There were two exciting packages in amongst the junk mail this morning.
The first was from TfL, presenting me with the Keys to the City:
Or rather a key, my Boris bike key. Until this summer, I thought that my continued possession of an oyster card would be enough to mark me out from the tourist herd as at least an ex-Londoner, if no longer a fully-fledged citizen. But oyster schmoyster, I’m pretty sure all the really cool Londoners are zipping about on Boris bikes these days. I’ve been planning to use this scheme ever since it was announced. The last time I was down there the number of bikes was phenomenal and I felt pretty resentful at having to trudge around on foot, but my next visit will be different. Come Monday I’ll be zipping about on two wheels instead and I can’t wait, although I could wish that the map in the accompanying leaflet was a little more useful. I mean, I know the Superficial Cycle Highways and other routes have been slated by the bike blogging community but I didn’t think they were so bad that they wouldn’t bother to put them on a map that will be going out to any number of London cyclists.

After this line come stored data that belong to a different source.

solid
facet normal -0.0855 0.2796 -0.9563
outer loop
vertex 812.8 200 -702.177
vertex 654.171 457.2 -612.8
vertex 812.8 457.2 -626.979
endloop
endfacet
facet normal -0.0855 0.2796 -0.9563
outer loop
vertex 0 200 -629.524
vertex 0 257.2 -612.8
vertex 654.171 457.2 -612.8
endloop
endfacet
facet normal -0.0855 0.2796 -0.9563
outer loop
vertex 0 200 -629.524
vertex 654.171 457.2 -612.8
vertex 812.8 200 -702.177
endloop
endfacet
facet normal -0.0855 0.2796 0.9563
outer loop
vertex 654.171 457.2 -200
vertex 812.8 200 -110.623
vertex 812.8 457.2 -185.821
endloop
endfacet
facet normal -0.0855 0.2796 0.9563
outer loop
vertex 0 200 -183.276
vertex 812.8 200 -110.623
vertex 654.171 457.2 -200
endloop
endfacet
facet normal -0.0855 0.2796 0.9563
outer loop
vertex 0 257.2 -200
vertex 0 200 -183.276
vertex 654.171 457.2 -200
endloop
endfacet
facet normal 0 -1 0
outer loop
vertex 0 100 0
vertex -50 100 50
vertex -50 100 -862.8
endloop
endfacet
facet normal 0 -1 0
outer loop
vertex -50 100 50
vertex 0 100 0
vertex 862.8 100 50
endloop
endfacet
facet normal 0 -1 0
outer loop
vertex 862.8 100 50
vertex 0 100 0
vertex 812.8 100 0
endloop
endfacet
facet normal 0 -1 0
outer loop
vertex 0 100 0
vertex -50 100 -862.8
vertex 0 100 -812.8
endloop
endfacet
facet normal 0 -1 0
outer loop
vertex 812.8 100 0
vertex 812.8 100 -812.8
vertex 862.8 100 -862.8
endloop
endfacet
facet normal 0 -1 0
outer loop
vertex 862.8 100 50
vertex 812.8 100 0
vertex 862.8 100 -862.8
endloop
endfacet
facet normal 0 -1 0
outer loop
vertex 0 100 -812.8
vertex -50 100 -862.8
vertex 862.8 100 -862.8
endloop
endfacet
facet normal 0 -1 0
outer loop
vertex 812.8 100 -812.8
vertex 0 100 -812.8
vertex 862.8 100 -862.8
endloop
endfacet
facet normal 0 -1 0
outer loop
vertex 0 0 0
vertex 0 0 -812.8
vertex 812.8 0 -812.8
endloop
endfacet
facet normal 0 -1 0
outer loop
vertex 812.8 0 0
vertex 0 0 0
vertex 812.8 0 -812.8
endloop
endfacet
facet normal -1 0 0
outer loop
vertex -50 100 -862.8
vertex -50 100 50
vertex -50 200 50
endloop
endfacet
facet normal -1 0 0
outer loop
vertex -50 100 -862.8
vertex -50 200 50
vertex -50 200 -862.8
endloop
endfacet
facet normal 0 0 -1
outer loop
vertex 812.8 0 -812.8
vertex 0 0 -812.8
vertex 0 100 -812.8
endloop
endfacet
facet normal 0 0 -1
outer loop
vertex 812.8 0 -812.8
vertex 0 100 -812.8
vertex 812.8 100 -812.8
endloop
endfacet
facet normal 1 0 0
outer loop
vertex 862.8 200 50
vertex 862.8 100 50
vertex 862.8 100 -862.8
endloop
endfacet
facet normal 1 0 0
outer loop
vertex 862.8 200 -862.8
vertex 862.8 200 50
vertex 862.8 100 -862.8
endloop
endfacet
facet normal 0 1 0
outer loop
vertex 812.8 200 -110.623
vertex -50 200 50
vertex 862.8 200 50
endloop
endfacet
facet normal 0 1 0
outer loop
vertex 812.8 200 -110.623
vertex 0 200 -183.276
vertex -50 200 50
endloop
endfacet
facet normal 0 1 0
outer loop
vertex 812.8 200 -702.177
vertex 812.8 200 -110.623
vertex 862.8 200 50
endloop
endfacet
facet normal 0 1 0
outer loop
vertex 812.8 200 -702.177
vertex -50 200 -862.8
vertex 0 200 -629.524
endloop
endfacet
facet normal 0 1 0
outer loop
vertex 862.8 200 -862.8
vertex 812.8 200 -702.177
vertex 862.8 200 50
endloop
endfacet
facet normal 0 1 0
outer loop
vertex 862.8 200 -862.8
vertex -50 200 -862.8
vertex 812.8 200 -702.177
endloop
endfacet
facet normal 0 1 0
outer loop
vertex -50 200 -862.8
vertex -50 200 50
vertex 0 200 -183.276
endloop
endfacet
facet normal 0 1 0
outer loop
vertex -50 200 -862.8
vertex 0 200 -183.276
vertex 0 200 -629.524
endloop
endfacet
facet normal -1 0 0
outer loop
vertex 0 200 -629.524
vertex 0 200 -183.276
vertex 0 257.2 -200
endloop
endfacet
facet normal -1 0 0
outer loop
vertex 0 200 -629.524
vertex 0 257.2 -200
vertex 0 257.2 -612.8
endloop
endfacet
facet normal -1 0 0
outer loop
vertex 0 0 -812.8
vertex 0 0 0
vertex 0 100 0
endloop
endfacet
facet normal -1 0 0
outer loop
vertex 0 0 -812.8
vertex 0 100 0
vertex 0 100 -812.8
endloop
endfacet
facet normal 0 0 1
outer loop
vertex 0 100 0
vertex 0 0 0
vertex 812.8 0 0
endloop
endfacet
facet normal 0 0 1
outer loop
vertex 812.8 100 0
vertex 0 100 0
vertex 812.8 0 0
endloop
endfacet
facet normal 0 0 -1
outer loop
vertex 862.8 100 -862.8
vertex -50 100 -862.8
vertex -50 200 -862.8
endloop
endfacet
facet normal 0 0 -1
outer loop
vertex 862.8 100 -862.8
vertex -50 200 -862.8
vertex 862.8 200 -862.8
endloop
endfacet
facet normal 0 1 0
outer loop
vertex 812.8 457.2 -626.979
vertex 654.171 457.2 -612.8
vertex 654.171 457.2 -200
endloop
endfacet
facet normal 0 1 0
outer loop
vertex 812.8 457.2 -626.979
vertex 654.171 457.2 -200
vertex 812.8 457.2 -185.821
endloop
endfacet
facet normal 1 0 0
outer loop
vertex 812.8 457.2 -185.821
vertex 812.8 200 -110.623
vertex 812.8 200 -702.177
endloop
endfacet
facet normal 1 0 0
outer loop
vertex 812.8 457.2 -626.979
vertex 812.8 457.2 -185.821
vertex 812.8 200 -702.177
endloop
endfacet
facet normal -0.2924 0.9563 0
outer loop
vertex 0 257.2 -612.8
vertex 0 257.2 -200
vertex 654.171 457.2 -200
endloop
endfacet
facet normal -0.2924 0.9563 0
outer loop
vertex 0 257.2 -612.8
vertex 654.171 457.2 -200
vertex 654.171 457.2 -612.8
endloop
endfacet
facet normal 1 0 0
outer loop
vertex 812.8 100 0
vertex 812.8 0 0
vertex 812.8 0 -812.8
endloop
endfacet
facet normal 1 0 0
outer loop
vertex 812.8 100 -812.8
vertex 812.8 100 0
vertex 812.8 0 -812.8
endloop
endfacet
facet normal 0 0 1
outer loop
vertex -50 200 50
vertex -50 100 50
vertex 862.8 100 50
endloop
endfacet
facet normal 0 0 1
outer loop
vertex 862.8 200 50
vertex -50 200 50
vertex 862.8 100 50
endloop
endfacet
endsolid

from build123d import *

# Parameters (mm, degrees)
SKETCH2_W           = 812.8
SKETCH2_H           = 812.8
BOSS_EXTRUDE1_DEPTH = 457.2
SKETCH3_W           = 912.8
SKETCH3_H           = 912.8
SKETCH3_W_2         = 812.8
SKETCH3_H_2         = 812.8
BOSS_EXTRUDE2_DEPTH = 100
CHAMFER4_SIZE       = 200
CHAMFER4_SIZE2      = 654.170523697
CHAMFER5_SIZE       = 200
CHAMFER5_SIZE_2     = 654.170523697


with BuildPart() as part:
    # Sketch2 → Boss-Extrude1 (new body)
    with BuildSketch(Plane(origin=(0, 0, 0), x_dir=(1, 0, 0), z_dir=(0, 1, 0))):
        with Locations((406.4, 406.4)):
            Rectangle(SKETCH2_W, SKETCH2_H)
    extrude(amount=BOSS_EXTRUDE1_DEPTH)

    # Sketch3 → Boss-Extrude2 (add)
    with BuildSketch(Plane(origin=(0, 100, 0), x_dir=(1, 0, 0), z_dir=(0, 1, 0))):
        with Locations((406.4, 406.4)):
            Rectangle(SKETCH3_W, SKETCH3_H)
        with Locations((406.4, 406.4)):
            Rectangle(SKETCH3_W_2, SKETCH3_H_2, mode=Mode.SUBTRACT)
    extrude(amount=BOSS_EXTRUDE2_DEPTH)

    # Chamfer4
    chamfer4_edges = [part.edges().sort_by_distance(p)[0] for p in [
        (0, 457.2, -406.4),
    ]]
    chamfer4_side = [part.faces().sort_by_distance(p)[0] for p in [
        (0, 328.6, -406.4),
    ]]
    chamfer(chamfer4_edges, length=CHAMFER4_SIZE, length2=CHAMFER4_SIZE2, reference=chamfer4_side[0])

    # Chamfer5
    # the kernel refuses this chamfer: 654.170523697, 200 mm, written as the material it takes off along each edge
    with BuildSketch(Plane(origin=(-1623.89408898, -239.27424644, -812.8), x_dir=(-0.03497993633861633, 0.11441421636757278, 0.9928170985366542), z_dir=(0.9563047559630362, 0.2923717047227344, 0))) as chamfer5_piece_1_section:
        Polygon((CHAMFER5_SIZE * 0.992817098537, CHAMFER5_SIZE * 0.119642002881), (-CHAMFER5_SIZE_2 * 0.11964200288, CHAMFER5_SIZE_2 * 0.992817098536), (0, 0), align=None)
    chamfer5_piece_1 = extrude(amount=4080.246048475, mode=Mode.PRIVATE)
    chamfer5_piece_1 = split(chamfer5_piece_1, bisect_by=Plane(origin=(478.445479778, 200, -727.207473948), z_dir=(0, 1, 0)), keep=Keep.TOP, mode=Mode.PRIVATE)
    add(chamfer5_piece_1, mode=Mode.SUBTRACT)
    with BuildSketch(Plane(origin=(-1623.89408898, -239.27424644, 0), x_dir=(0.2923531587775955, -0.9562440949098164, 0.011263281176818211), z_dir=(0.9563047559630362, 0.2923717047227344, 0))) as chamfer5_piece_2_section:
        Polygon((CHAMFER5_SIZE_2 * 0.999936567236, CHAMFER5_SIZE_2 * 0.0112632811768), (-CHAMFER5_SIZE * 0.0112632811768, CHAMFER5_SIZE * 0.999936567237), (0, 0), align=None)
    chamfer5_piece_2 = extrude(amount=4080.246048475, mode=Mode.PRIVATE)
    chamfer5_piece_2 = split(chamfer5_piece_2, bisect_by=Plane(origin=(478.445479778, 200, -85.592526052), z_dir=(0, 1, 0)), keep=Keep.TOP, mode=Mode.PRIVATE)
    add(chamfer5_piece_2, mode=Mode.SUBTRACT)


solid = part.part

And I know cyclists are notorious scofflaws who like nothing better than to zip the wrong way up one-way streets, but they could at least mark them on the map so we know we’re about to break the law, no? Still, at least the key came in time – I only signed up on Sunday night. I could see nowhere on the TfL website where it told me how long it would take for the key to arrive so I was worried it wouldn’t make it before I left, but fellow twitterers reassured me the process was quick and I took the risk and it paid off. So yay!
And even more yay:
A passing comment on a post about h****** led to an astoundingly generous offer from Karl of Do the Right Thing of some of his home-made bagels. Well, I wasn’t going to say no to that, was I? Sure enough a very fragrant parcel arrived, even more promptly than my bike key, and the contents were sliced*, toasted and promptly consumed for tea.
I just hope the Boris bike key proves a little longer lasting… I suspect it wouldn’t taste anything like as good though.